Tire Abrasion as a Major Source of Microplastics in the Environment
This study analyzed tire wear particles as a major source of microplastics in the environment, estimating that tire abrasion contributes a substantial fraction of total microplastic emissions globally and highlighting road runoff as a key delivery pathway to waterways.
Tire Wear Monitoring Approach for Hotspot Identification in Road Deposited Sediments from a Metropolitan City in Germany
Researchers developed a systematic road-sampling approach to identify urban hotspots for tire-and-road wear particles (TRWP) — a major category of microplastic pollution — by sweeping road-deposited sediments at six inner-city monitoring sites. Curves and traffic-light zones accumulated 8x and 3x more styrene-butadiene rubber (a TRWP marker) than straight road sections, respectively. Since tire wear is one of the largest sources of microplastics entering waterways via road runoff, this hotspot mapping method can inform targeted mitigation measures.
An estimation of tire and road wear particles emissions in surface water based on a conceptual framework
Researchers developed a conceptual framework to estimate emissions of tire and road wear particles (TRWPs) into surface water, identifying them as a dominant source of microplastic contamination in freshwater environments globally.

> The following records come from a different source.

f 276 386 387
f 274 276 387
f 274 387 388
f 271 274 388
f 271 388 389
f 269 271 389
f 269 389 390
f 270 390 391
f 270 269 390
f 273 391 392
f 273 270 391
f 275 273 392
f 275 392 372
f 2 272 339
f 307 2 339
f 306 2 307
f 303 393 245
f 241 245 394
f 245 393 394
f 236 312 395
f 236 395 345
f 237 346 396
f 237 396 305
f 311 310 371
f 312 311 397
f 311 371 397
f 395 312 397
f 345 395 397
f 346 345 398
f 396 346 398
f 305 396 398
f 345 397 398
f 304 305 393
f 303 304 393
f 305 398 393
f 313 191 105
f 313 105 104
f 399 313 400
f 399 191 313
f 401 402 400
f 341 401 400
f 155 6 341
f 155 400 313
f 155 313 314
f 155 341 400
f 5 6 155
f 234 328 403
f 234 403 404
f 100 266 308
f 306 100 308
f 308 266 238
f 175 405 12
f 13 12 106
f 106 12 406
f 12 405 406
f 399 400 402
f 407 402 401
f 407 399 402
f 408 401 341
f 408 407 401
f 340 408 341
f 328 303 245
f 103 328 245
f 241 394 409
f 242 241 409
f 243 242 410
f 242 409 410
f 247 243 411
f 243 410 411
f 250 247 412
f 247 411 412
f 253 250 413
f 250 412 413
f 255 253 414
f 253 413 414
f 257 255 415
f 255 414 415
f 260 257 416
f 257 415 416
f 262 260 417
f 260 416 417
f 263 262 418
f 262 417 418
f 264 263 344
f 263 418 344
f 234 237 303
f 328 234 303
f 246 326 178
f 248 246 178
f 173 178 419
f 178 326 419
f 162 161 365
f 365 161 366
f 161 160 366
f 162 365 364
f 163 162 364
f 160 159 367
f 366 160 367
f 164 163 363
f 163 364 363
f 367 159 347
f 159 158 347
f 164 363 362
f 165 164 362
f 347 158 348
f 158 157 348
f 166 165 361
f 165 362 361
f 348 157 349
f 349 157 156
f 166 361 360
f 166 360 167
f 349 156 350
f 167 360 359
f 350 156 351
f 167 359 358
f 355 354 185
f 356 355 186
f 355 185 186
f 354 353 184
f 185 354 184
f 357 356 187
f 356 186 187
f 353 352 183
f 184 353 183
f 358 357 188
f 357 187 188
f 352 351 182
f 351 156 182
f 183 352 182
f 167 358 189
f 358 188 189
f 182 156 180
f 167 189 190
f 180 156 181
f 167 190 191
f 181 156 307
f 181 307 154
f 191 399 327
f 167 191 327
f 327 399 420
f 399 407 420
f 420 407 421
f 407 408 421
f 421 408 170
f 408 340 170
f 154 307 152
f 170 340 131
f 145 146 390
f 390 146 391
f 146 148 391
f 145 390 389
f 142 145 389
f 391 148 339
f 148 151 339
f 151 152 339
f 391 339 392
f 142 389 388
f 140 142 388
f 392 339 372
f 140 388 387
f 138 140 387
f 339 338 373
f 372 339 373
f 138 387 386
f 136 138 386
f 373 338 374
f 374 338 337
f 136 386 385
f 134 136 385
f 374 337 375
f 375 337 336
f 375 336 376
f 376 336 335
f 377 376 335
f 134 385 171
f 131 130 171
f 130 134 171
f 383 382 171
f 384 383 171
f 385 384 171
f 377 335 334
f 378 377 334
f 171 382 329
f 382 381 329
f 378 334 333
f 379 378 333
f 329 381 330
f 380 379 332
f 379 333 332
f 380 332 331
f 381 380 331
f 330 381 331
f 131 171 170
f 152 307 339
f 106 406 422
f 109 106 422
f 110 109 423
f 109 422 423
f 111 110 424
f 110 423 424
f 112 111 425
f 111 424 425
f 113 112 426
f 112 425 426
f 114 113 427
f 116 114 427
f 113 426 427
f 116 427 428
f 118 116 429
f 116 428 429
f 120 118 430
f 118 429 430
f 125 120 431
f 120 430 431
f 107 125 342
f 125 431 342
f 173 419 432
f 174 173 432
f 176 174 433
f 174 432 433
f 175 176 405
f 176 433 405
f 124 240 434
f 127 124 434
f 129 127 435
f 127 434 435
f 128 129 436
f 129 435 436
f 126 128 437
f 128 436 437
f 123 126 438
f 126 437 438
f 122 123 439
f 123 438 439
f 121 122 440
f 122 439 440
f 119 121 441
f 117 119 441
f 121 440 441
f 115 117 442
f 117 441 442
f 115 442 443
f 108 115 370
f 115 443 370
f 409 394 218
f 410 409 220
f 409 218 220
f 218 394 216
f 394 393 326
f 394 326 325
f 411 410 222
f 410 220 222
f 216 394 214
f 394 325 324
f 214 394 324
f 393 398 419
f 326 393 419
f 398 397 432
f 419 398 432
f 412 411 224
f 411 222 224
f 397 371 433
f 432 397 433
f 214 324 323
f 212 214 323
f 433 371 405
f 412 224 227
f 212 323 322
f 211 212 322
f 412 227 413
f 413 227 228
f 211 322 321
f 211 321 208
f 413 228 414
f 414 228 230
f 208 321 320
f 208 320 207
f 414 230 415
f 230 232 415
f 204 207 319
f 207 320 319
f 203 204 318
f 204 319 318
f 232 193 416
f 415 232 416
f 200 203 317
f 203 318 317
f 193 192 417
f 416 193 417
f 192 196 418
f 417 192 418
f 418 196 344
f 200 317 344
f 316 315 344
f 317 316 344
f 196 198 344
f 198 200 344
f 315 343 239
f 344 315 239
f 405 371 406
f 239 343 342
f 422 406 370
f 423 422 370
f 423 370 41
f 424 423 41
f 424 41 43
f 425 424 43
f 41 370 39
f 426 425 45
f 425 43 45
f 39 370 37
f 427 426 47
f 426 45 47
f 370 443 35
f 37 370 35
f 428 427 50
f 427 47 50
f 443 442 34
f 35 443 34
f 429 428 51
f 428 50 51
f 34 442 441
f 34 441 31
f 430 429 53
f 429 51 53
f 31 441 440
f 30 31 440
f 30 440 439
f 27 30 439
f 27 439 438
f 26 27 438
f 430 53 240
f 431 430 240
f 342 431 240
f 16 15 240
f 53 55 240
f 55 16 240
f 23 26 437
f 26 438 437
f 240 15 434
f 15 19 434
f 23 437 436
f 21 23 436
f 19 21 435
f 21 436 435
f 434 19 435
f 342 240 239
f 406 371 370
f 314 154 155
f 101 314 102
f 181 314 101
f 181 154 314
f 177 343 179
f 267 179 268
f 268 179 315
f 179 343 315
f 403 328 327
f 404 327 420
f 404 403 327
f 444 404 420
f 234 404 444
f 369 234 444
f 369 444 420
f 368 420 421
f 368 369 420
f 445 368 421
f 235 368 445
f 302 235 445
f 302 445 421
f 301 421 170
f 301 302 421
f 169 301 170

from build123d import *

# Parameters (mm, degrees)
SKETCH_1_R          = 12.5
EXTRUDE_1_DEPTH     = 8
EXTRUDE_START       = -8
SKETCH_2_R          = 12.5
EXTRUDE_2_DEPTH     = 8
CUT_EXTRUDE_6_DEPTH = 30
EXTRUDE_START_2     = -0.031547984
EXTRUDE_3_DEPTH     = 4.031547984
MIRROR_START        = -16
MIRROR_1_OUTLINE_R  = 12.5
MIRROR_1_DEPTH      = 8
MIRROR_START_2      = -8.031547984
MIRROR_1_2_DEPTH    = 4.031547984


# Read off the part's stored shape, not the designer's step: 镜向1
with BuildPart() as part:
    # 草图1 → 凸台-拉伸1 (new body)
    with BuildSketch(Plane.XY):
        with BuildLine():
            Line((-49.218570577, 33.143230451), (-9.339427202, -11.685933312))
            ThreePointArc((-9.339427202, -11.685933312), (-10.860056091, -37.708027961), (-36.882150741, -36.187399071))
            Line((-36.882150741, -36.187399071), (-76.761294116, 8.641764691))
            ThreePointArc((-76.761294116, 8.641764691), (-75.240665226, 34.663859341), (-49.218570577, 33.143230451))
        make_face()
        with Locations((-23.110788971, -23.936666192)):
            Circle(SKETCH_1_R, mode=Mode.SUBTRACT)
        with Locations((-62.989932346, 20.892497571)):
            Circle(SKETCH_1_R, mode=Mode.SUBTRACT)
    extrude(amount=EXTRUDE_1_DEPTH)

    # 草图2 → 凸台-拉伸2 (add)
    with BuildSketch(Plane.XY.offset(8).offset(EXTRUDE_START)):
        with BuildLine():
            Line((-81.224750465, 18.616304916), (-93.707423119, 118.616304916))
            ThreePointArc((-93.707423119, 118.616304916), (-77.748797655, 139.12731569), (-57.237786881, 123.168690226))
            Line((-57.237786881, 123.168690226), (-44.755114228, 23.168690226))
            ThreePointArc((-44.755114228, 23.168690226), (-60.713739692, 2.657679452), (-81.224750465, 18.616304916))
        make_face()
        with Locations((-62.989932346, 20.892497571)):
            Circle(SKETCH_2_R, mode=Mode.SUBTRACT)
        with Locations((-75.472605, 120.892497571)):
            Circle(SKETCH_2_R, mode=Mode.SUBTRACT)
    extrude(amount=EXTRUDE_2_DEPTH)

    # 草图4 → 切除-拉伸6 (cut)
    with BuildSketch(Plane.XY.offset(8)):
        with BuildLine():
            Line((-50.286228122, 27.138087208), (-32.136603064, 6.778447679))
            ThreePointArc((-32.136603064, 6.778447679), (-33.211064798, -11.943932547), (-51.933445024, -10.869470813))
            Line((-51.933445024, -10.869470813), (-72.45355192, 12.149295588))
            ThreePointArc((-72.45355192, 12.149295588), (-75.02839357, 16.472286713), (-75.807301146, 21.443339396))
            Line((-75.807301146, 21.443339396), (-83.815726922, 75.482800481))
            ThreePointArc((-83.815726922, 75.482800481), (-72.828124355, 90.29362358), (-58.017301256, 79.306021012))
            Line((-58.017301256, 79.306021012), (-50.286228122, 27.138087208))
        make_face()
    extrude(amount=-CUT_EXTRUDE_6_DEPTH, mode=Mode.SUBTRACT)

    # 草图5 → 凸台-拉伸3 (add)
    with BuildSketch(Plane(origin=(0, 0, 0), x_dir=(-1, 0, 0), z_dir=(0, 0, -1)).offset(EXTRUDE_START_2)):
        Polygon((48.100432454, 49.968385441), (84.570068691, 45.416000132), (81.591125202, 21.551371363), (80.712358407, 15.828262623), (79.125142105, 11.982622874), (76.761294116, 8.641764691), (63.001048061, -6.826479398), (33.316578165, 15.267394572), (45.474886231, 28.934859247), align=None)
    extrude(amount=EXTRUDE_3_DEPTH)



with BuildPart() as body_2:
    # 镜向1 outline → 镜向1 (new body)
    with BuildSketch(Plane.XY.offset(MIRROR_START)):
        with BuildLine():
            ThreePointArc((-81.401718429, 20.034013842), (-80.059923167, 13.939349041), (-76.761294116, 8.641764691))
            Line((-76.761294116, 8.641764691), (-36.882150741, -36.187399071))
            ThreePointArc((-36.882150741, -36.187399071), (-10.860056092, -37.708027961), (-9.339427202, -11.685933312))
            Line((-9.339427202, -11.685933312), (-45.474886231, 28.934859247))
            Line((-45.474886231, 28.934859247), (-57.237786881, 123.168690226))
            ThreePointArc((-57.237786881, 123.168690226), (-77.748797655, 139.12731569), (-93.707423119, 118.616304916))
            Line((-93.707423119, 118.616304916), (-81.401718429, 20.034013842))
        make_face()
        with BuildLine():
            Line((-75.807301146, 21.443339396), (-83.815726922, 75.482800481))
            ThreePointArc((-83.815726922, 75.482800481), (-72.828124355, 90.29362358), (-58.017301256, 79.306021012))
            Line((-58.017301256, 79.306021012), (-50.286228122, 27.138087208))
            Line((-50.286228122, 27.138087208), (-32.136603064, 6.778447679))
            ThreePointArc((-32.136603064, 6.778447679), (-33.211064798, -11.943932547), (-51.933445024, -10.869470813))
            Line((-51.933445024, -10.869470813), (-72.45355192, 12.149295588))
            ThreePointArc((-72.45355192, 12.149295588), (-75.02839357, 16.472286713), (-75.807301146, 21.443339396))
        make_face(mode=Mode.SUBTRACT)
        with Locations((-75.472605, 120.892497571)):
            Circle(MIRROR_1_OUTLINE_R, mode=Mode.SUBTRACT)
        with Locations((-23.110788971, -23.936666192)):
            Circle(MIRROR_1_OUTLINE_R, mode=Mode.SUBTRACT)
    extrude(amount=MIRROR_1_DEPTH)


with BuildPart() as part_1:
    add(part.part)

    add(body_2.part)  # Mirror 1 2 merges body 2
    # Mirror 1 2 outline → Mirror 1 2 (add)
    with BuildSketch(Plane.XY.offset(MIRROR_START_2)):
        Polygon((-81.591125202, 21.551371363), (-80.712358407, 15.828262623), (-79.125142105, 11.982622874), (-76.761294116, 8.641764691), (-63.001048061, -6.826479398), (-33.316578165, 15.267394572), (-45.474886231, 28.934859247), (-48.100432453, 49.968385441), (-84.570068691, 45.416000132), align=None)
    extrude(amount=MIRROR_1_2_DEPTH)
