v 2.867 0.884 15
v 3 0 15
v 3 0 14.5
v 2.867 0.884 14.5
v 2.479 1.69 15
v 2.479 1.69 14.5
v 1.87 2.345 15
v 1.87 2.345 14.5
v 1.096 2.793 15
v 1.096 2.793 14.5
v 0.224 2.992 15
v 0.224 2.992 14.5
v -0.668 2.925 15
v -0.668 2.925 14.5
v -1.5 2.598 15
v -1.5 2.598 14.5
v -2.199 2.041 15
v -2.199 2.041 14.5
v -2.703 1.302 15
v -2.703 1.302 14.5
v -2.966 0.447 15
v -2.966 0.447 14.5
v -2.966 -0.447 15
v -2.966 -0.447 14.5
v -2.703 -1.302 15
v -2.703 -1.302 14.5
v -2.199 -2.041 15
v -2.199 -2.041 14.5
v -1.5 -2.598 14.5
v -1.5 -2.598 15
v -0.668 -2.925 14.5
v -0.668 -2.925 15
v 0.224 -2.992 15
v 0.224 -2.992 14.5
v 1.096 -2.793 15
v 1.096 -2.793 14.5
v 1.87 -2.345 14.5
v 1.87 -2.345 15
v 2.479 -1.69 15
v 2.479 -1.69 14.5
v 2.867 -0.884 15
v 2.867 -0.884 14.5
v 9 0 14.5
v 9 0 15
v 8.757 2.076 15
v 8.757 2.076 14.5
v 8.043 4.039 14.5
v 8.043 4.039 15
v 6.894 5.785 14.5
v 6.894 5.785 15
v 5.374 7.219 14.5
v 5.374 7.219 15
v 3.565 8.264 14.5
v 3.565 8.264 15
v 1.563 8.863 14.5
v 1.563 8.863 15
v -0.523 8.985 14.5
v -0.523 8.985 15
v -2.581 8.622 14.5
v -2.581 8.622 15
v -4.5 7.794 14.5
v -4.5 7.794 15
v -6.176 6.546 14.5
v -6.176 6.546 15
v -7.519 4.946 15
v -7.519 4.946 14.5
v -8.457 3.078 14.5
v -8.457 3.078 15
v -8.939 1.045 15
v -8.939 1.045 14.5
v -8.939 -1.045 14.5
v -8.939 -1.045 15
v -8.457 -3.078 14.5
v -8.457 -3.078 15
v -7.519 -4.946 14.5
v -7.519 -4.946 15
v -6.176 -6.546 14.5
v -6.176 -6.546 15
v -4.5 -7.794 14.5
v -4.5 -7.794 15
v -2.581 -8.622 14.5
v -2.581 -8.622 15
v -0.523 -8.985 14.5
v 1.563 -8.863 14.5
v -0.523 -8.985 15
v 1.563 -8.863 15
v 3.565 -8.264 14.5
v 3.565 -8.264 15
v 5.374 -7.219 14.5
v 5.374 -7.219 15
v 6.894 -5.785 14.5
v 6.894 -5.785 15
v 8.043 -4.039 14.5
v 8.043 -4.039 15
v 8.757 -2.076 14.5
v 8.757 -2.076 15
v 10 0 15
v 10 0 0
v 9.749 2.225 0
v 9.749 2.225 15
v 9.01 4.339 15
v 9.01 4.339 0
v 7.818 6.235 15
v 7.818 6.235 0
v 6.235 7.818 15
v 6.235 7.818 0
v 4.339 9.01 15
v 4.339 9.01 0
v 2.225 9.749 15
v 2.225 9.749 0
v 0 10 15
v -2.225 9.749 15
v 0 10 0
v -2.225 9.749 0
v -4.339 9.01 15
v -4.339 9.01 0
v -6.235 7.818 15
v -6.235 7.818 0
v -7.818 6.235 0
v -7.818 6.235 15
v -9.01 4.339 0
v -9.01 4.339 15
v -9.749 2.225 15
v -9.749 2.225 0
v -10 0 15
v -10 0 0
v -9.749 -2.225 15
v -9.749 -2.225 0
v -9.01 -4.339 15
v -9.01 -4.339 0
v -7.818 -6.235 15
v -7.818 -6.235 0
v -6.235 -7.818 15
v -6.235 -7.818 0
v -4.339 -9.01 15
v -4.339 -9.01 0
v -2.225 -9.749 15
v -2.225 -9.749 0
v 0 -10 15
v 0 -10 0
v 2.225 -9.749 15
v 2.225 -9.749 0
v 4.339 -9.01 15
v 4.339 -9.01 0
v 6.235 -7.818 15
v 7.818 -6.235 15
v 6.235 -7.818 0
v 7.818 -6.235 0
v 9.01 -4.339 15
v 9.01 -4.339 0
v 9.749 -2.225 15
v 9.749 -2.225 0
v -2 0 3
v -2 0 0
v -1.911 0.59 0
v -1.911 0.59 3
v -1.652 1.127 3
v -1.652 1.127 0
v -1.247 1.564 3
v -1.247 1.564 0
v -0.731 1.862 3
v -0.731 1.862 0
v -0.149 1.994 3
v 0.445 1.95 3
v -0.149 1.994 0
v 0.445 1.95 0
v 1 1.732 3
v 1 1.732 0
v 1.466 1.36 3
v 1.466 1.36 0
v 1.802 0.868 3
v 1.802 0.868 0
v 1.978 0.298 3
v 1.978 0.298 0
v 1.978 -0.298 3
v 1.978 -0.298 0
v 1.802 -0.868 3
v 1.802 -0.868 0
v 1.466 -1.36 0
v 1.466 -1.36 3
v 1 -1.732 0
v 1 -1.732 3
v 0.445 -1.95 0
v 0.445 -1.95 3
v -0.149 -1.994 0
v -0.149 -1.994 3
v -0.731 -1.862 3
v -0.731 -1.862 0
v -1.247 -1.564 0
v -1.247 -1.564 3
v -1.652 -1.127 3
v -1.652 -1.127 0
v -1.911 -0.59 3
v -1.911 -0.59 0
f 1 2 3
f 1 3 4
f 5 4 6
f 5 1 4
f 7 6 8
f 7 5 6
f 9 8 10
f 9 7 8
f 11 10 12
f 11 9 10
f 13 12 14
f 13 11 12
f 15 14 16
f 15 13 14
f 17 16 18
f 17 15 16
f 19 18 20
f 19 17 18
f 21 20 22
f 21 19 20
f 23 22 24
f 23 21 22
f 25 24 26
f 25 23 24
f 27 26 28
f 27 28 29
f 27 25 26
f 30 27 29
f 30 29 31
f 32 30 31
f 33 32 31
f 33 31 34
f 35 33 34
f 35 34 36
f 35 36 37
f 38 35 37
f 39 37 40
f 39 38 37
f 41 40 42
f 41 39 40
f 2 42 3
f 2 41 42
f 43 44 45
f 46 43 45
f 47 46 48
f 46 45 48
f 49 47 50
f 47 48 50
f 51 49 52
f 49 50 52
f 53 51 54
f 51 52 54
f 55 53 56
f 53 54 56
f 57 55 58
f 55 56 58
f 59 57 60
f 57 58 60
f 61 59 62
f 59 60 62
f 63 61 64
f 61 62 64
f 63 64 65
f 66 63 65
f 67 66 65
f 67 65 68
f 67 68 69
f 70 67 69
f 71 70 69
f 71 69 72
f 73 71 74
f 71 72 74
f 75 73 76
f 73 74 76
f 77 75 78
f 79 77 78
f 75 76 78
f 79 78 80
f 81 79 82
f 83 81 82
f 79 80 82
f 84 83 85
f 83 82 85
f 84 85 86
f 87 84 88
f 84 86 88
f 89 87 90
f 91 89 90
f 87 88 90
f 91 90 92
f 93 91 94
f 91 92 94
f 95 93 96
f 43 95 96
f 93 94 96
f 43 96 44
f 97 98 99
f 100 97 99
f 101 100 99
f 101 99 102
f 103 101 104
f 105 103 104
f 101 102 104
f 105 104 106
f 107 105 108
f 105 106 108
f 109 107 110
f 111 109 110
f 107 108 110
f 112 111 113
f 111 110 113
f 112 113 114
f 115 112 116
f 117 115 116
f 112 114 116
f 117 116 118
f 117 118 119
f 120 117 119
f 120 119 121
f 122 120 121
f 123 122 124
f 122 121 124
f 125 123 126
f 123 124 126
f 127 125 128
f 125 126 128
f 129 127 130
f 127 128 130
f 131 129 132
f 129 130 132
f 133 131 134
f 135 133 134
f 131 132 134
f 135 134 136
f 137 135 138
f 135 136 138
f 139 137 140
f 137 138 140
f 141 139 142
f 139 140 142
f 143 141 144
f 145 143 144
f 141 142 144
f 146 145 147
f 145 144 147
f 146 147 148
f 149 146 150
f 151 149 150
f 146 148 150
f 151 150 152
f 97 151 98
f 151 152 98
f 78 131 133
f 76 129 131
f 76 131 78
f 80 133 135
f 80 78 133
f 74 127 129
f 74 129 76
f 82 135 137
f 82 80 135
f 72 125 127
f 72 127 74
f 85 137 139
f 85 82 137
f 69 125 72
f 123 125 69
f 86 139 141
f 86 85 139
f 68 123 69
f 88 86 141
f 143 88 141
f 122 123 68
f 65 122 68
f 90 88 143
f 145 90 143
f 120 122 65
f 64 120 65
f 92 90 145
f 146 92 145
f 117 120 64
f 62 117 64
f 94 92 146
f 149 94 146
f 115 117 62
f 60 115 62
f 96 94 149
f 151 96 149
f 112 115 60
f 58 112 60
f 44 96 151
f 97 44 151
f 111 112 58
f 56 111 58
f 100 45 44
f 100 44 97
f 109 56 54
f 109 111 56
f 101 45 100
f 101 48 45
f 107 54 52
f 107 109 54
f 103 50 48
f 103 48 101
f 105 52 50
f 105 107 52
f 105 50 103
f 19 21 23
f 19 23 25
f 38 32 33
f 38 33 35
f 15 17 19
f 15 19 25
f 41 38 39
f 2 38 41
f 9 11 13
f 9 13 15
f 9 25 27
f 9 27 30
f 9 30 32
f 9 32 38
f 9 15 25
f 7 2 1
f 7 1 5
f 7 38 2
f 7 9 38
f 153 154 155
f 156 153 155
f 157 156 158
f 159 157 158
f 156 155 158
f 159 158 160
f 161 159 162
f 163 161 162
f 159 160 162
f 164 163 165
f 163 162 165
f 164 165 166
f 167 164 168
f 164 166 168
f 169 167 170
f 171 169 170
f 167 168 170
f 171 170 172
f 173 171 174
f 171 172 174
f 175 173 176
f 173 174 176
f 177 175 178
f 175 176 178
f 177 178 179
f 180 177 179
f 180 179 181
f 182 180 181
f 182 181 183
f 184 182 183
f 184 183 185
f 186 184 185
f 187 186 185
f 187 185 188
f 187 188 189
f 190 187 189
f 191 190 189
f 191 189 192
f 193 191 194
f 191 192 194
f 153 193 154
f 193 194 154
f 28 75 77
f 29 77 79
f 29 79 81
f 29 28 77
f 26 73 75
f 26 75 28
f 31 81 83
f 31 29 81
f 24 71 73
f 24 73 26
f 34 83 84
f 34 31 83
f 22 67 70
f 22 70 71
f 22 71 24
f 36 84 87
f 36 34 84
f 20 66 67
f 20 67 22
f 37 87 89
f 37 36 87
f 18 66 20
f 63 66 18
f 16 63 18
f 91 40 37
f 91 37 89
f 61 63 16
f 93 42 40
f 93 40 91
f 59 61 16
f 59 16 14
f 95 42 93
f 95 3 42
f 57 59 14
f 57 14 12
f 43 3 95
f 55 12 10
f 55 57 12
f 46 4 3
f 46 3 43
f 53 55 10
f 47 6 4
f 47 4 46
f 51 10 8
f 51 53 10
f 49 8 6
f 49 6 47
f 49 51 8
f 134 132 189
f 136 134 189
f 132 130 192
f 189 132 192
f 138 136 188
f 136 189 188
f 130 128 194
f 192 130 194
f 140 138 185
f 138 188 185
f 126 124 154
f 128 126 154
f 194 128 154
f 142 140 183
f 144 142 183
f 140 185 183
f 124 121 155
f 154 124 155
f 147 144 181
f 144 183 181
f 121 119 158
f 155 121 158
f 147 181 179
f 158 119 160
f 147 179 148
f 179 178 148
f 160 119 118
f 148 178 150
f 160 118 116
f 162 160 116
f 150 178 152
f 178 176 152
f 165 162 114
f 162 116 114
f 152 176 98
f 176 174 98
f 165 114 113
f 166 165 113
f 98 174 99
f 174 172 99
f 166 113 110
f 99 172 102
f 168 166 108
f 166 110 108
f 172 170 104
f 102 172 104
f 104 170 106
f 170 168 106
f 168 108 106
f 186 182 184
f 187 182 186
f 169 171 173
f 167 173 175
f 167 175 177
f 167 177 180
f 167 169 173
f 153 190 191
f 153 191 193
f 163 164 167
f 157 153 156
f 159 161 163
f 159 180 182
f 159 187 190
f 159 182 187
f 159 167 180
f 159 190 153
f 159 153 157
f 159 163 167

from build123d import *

# Parameters (mm, degrees)
SKETCH1_R           = 10
BOSS_EXTRUDE1_DEPTH = 15
SKETCH2_R           = 9
SKETCH2_R_2         = 3
CUT_EXTRUDE1_DEPTH  = 0.5
SKETCH3_R           = 2
CUT_EXTRUDE2_DEPTH  = 3


with BuildPart() as part:
    # Sketch1 → Boss-Extrude1 (new body)
    with BuildSketch(Plane.XY):
        Circle(SKETCH1_R)
    extrude(amount=BOSS_EXTRUDE1_DEPTH)

    # Sketch2 → Cut-Extrude1 (cut)
    with BuildSketch(Plane.XY.offset(15)):
        Circle(SKETCH2_R)
        Circle(SKETCH2_R_2, mode=Mode.SUBTRACT)
    extrude(amount=-CUT_EXTRUDE1_DEPTH, mode=Mode.SUBTRACT)

    # Sketch3 → Cut-Extrude2 (cut)
    with BuildSketch(Plane(origin=(0, 0, 0), x_dir=(-1, 0, 0), z_dir=(0, 0, -1))):
        Circle(SKETCH3_R)
    extrude(amount=-CUT_EXTRUDE2_DEPTH, mode=Mode.SUBTRACT)


solid = part.part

UV and thermal degradation of tire derivatives: A comparative study of unused tires, recycled tire chips, and tire and road wear particles
Researchers compared UV and thermal aging behavior of unused tires, recycled tire chips, and tire and road wear particles, finding that material history and particle size influenced degradation rate and benzothiazole leaching—a marker of toxicological concern from tire-derived microplastics.